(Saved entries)
== == ==

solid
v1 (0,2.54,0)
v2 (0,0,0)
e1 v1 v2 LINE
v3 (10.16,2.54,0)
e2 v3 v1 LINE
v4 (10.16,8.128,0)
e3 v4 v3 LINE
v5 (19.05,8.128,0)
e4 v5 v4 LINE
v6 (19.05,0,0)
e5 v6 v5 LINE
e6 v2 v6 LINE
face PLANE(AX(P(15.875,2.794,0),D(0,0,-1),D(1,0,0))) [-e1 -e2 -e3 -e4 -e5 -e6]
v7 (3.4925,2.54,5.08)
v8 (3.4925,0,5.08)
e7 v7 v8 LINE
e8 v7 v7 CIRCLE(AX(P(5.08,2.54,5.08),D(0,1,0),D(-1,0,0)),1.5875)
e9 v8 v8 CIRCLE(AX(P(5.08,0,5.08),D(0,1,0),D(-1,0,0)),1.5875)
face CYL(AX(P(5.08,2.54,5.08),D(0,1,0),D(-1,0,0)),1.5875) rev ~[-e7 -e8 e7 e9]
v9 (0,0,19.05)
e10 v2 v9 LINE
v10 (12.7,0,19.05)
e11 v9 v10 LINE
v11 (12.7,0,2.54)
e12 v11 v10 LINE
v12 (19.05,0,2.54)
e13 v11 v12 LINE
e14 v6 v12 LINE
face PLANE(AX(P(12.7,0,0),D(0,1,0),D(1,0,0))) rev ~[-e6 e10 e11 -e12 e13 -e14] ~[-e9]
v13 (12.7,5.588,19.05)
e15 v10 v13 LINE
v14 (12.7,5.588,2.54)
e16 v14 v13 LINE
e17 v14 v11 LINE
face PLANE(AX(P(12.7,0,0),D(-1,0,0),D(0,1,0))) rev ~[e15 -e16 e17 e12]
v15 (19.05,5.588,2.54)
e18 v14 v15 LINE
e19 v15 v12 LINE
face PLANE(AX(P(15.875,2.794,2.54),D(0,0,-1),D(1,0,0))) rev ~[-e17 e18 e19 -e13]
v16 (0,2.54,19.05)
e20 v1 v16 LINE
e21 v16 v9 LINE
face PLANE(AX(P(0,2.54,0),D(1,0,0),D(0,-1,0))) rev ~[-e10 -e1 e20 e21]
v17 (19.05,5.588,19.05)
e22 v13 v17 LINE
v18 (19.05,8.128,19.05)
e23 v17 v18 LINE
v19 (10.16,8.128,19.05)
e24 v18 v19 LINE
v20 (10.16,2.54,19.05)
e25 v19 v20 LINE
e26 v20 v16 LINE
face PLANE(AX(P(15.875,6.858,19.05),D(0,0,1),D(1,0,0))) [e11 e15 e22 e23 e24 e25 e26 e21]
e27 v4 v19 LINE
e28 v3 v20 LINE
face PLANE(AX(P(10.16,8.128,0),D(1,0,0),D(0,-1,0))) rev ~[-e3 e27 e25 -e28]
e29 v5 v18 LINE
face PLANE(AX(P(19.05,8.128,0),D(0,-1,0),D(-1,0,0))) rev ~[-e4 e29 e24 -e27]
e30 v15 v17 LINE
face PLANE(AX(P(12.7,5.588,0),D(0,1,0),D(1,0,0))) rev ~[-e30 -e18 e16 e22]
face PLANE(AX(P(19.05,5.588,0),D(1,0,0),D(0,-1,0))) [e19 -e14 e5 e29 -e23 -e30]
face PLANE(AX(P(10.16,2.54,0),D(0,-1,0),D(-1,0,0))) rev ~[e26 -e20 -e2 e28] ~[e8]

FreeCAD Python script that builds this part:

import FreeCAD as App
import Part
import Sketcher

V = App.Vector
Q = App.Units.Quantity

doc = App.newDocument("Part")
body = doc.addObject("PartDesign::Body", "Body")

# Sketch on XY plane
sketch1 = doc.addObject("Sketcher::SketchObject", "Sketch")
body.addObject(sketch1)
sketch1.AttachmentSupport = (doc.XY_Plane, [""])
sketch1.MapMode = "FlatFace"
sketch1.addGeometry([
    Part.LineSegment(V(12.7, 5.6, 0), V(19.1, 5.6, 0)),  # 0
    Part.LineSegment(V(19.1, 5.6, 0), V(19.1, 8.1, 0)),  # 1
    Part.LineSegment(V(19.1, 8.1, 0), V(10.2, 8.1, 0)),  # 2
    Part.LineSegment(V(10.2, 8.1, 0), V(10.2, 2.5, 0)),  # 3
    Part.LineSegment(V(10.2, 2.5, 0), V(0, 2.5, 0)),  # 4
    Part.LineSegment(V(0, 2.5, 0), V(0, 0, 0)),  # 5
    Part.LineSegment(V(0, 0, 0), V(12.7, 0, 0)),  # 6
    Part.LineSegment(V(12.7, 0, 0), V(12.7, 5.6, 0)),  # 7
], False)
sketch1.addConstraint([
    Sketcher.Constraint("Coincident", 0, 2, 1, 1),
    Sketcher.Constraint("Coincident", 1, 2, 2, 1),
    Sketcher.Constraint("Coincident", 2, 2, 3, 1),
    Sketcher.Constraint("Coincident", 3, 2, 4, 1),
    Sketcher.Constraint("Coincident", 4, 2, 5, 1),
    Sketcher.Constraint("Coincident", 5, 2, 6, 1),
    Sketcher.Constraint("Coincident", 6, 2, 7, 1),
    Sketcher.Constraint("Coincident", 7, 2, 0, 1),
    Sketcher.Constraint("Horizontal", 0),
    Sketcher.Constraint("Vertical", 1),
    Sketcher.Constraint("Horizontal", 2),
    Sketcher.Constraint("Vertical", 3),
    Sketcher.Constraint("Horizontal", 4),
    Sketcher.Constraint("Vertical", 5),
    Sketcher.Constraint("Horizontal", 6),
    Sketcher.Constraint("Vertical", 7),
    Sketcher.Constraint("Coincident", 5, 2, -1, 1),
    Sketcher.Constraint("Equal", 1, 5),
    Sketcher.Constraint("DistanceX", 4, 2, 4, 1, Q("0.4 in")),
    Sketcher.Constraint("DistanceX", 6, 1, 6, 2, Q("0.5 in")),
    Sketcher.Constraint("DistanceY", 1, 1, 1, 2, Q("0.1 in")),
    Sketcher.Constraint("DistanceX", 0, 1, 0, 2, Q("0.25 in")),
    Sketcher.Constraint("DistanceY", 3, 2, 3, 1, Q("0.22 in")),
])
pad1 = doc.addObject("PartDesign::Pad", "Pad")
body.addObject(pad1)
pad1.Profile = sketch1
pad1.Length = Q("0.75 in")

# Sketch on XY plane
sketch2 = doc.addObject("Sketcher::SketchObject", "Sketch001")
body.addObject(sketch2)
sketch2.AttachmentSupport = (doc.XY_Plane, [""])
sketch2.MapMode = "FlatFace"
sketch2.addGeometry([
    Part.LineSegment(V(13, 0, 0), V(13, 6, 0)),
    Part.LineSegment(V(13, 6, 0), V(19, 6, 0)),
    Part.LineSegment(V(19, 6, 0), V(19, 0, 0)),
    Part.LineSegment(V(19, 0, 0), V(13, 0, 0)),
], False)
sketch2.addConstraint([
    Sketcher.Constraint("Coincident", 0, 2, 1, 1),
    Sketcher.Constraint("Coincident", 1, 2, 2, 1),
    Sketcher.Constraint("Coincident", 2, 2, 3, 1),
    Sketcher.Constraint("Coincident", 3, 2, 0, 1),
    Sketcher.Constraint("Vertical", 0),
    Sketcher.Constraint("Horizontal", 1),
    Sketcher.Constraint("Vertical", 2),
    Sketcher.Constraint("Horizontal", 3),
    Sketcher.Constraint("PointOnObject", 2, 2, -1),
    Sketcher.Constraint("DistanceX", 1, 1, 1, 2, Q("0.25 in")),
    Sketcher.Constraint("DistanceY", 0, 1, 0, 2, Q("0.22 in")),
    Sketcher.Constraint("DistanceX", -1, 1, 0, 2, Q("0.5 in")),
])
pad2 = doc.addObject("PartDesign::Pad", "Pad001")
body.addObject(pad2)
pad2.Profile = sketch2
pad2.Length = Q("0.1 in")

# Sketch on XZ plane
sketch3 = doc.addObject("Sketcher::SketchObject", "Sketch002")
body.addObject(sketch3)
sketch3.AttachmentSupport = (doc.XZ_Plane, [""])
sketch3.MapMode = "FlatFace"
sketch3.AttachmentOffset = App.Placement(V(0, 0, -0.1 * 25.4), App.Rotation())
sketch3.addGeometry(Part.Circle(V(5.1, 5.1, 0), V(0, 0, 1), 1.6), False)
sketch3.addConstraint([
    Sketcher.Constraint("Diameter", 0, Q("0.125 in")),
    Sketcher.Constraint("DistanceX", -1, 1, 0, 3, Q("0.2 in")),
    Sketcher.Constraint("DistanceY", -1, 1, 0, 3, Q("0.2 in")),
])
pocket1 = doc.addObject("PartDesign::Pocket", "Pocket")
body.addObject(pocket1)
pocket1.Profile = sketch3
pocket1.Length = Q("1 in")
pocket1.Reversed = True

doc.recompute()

== == ==

Task statement
Output the lines above between the one holding "v16 (0,2.54,19.05)" and the one holding "FreeCAD Python script", inclusive, with nothing before or after them.

Answer for the task
v16 (0,2.54,19.05)
e20 v1 v16 LINE
e21 v16 v9 LINE
face PLANE(AX(P(0,2.54,0),D(1,0,0),D(0,-1,0))) rev ~[-e10 -e1 e20 e21]
v17 (19.05,5.588,19.05)
e22 v13 v17 LINE
v18 (19.05,8.128,19.05)
e23 v17 v18 LINE
v19 (10.16,8.128,19.05)
e24 v18 v19 LINE
v20 (10.16,2.54,19.05)
e25 v19 v20 LINE
e26 v20 v16 LINE
face PLANE(AX(P(15.875,6.858,19.05),D(0,0,1),D(1,0,0))) [e11 e15 e22 e23 e24 e25 e26 e21]
e27 v4 v19 LINE
e28 v3 v20 LINE
face PLANE(AX(P(10.16,8.128,0),D(1,0,0),D(0,-1,0))) rev ~[-e3 e27 e25 -e28]
e29 v5 v18 LINE
face PLANE(AX(P(19.05,8.128,0),D(0,-1,0),D(-1,0,0))) rev ~[-e4 e29 e24 -e27]
e30 v15 v17 LINE
face PLANE(AX(P(12.7,5.588,0),D(0,1,0),D(1,0,0))) rev ~[-e30 -e18 e16 e22]
face PLANE(AX(P(19.05,5.588,0),D(1,0,0),D(0,-1,0))) [e19 -e14 e5 e29 -e23 -e30]
face PLANE(AX(P(10.16,2.54,0),D(0,-1,0),D(-1,0,0))) rev ~[e26 -e20 -e2 e28] ~[e8]

FreeCAD Python script that builds this part:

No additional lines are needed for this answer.